§ WHAT IS NEEDED: Look through the data below for the line with "#16=VERTEX_POINT('',#15);", and transcribe it exactly together with each line after it up to and including the line with "#26=LINE('',#22,#25);". Give nothing else.

*** RECORDS FOR THE TASK Section Begins ***

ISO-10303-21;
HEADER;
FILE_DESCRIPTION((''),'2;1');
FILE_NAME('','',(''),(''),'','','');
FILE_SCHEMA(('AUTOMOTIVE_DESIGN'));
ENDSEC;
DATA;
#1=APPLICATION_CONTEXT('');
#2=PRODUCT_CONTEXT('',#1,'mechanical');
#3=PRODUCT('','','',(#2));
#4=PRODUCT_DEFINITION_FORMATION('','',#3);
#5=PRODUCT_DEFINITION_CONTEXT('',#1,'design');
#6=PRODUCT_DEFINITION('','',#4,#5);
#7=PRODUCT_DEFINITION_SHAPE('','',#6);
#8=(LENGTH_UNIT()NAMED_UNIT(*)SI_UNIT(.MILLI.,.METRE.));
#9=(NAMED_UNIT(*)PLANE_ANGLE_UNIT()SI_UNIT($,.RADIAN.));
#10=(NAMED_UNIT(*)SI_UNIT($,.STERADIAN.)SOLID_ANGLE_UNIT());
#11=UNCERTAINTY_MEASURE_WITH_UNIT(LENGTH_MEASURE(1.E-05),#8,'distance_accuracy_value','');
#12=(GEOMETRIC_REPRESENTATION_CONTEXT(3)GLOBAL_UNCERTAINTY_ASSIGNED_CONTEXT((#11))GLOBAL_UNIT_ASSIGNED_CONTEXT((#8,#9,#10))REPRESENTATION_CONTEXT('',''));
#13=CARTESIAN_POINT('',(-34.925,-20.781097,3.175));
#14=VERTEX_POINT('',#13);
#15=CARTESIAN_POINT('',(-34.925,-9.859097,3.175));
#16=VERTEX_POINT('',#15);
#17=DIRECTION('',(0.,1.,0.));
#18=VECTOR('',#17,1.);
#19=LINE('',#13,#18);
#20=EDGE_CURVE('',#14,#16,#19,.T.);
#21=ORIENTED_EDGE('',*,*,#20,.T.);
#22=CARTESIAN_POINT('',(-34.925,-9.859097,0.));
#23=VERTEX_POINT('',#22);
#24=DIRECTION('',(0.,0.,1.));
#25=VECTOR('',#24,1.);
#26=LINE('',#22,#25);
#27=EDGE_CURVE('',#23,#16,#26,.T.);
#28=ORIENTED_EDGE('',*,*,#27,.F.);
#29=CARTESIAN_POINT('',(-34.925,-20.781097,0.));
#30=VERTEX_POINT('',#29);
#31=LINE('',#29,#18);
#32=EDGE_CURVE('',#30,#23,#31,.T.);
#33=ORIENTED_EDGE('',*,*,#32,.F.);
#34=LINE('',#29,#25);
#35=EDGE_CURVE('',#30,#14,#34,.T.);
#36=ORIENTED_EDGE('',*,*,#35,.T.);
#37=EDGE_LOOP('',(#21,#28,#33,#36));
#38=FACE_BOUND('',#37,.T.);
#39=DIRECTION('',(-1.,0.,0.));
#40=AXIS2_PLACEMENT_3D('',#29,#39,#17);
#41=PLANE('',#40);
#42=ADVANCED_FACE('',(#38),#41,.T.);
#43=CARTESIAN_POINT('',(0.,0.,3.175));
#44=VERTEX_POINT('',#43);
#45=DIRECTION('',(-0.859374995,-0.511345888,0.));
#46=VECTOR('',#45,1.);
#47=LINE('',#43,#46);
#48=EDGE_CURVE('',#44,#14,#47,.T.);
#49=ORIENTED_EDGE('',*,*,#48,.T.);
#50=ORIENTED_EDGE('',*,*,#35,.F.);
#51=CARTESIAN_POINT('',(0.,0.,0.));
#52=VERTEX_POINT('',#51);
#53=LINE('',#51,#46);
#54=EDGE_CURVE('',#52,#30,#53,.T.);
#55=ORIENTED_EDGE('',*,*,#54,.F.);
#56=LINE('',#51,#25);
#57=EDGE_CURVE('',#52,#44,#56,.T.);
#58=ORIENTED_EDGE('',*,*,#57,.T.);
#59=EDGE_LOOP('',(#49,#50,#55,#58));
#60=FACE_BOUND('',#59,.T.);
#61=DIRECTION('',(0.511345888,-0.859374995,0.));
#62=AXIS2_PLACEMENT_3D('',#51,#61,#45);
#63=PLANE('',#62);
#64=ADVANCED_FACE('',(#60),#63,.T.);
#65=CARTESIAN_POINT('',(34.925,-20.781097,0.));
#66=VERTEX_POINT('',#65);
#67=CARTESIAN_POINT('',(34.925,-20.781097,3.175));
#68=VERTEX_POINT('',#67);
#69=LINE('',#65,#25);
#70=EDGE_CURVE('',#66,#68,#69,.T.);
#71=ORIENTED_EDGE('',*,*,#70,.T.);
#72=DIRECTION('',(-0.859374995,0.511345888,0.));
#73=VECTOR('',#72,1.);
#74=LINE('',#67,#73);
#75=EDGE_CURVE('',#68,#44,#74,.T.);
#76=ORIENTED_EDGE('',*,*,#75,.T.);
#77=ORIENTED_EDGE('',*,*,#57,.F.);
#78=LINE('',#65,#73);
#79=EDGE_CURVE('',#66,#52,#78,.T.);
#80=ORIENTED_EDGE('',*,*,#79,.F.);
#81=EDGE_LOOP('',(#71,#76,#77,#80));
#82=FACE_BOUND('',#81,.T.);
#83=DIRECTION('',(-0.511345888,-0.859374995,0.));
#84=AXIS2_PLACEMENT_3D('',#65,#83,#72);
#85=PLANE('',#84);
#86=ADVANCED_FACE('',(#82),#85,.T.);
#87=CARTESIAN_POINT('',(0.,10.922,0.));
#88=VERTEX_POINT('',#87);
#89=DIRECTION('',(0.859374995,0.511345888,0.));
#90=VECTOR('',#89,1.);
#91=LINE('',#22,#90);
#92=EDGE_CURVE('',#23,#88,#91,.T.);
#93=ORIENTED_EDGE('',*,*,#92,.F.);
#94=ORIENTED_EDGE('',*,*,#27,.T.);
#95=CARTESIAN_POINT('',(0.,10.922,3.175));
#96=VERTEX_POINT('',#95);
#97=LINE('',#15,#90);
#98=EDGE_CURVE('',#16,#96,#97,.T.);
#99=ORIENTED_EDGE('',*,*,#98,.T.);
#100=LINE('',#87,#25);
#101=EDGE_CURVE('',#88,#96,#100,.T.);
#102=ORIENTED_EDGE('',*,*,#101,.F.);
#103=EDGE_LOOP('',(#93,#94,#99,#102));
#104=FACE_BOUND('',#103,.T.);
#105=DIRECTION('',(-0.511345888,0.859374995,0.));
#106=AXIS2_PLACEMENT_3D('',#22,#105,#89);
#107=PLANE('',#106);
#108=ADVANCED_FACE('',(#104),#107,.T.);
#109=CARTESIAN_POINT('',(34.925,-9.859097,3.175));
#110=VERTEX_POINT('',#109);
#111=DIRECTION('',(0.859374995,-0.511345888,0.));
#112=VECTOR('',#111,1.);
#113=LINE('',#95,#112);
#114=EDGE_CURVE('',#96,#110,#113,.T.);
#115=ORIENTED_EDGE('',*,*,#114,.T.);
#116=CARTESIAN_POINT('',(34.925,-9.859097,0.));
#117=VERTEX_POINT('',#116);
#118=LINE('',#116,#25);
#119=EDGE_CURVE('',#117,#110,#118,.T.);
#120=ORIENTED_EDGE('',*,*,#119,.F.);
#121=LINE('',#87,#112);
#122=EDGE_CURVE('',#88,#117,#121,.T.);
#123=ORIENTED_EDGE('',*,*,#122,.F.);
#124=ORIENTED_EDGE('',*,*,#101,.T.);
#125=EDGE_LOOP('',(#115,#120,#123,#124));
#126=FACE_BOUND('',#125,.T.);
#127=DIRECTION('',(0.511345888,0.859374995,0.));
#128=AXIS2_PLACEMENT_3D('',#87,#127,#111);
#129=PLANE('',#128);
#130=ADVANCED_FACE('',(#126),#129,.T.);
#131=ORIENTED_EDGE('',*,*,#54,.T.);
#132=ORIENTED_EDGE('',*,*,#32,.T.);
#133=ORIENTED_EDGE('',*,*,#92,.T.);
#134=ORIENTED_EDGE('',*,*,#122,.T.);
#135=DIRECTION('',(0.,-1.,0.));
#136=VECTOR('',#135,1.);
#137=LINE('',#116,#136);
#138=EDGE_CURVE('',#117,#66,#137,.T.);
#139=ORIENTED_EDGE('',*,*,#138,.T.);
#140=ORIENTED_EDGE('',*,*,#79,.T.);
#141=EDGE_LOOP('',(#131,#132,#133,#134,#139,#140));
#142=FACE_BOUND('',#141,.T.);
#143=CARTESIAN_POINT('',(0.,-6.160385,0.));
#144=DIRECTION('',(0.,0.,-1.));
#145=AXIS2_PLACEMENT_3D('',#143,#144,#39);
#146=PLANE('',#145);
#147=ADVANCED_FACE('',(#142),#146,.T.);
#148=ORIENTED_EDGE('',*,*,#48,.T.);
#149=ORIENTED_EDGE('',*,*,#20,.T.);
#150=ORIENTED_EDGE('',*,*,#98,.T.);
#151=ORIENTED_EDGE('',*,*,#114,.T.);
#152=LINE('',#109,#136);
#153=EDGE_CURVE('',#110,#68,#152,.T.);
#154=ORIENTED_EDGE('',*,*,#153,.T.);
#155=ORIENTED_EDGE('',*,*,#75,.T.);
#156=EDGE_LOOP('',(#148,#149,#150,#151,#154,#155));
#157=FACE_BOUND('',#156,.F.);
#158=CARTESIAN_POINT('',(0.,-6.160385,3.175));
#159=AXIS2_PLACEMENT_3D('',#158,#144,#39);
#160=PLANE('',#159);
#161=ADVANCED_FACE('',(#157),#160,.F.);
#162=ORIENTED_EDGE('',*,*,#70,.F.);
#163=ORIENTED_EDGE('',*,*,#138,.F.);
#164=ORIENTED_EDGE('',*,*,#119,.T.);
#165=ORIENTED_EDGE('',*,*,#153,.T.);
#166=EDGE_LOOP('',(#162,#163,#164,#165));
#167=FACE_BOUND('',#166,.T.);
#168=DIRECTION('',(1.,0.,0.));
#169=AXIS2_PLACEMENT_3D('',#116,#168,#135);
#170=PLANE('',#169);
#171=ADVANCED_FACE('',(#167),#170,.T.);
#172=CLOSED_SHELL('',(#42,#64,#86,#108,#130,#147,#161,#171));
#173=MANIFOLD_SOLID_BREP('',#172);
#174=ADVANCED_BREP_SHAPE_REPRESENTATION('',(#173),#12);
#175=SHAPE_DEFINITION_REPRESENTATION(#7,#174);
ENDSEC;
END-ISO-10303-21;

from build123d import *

# Parameters (mm, degrees)
PAD_DEPTH = 3.175


with BuildPart() as part:
    # Sketch → Pad (new body)
    with BuildSketch(Plane.XY):
        Polygon((0, 0), (-34.925, -20.781097), (-34.925, -9.859097), (0, 10.922), (34.925, -9.859097), (34.925, -20.781097), align=None)
    extrude(amount=PAD_DEPTH)


solid = part.part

*** RECORDS FOR THE TASK Section Ends ***

§ SOLUTION TO THE EXERCISE:
#16=VERTEX_POINT('',#15);
#17=DIRECTION('',(0.,1.,0.));
#18=VECTOR('',#17,1.);
#19=LINE('',#13,#18);
#20=EDGE_CURVE('',#14,#16,#19,.T.);
#21=ORIENTED_EDGE('',*,*,#20,.T.);
#22=CARTESIAN_POINT('',(-34.925,-9.859097,0.));
#23=VERTEX_POINT('',#22);
#24=DIRECTION('',(0.,0.,1.));
#25=VECTOR('',#24,1.);
#26=LINE('',#22,#25);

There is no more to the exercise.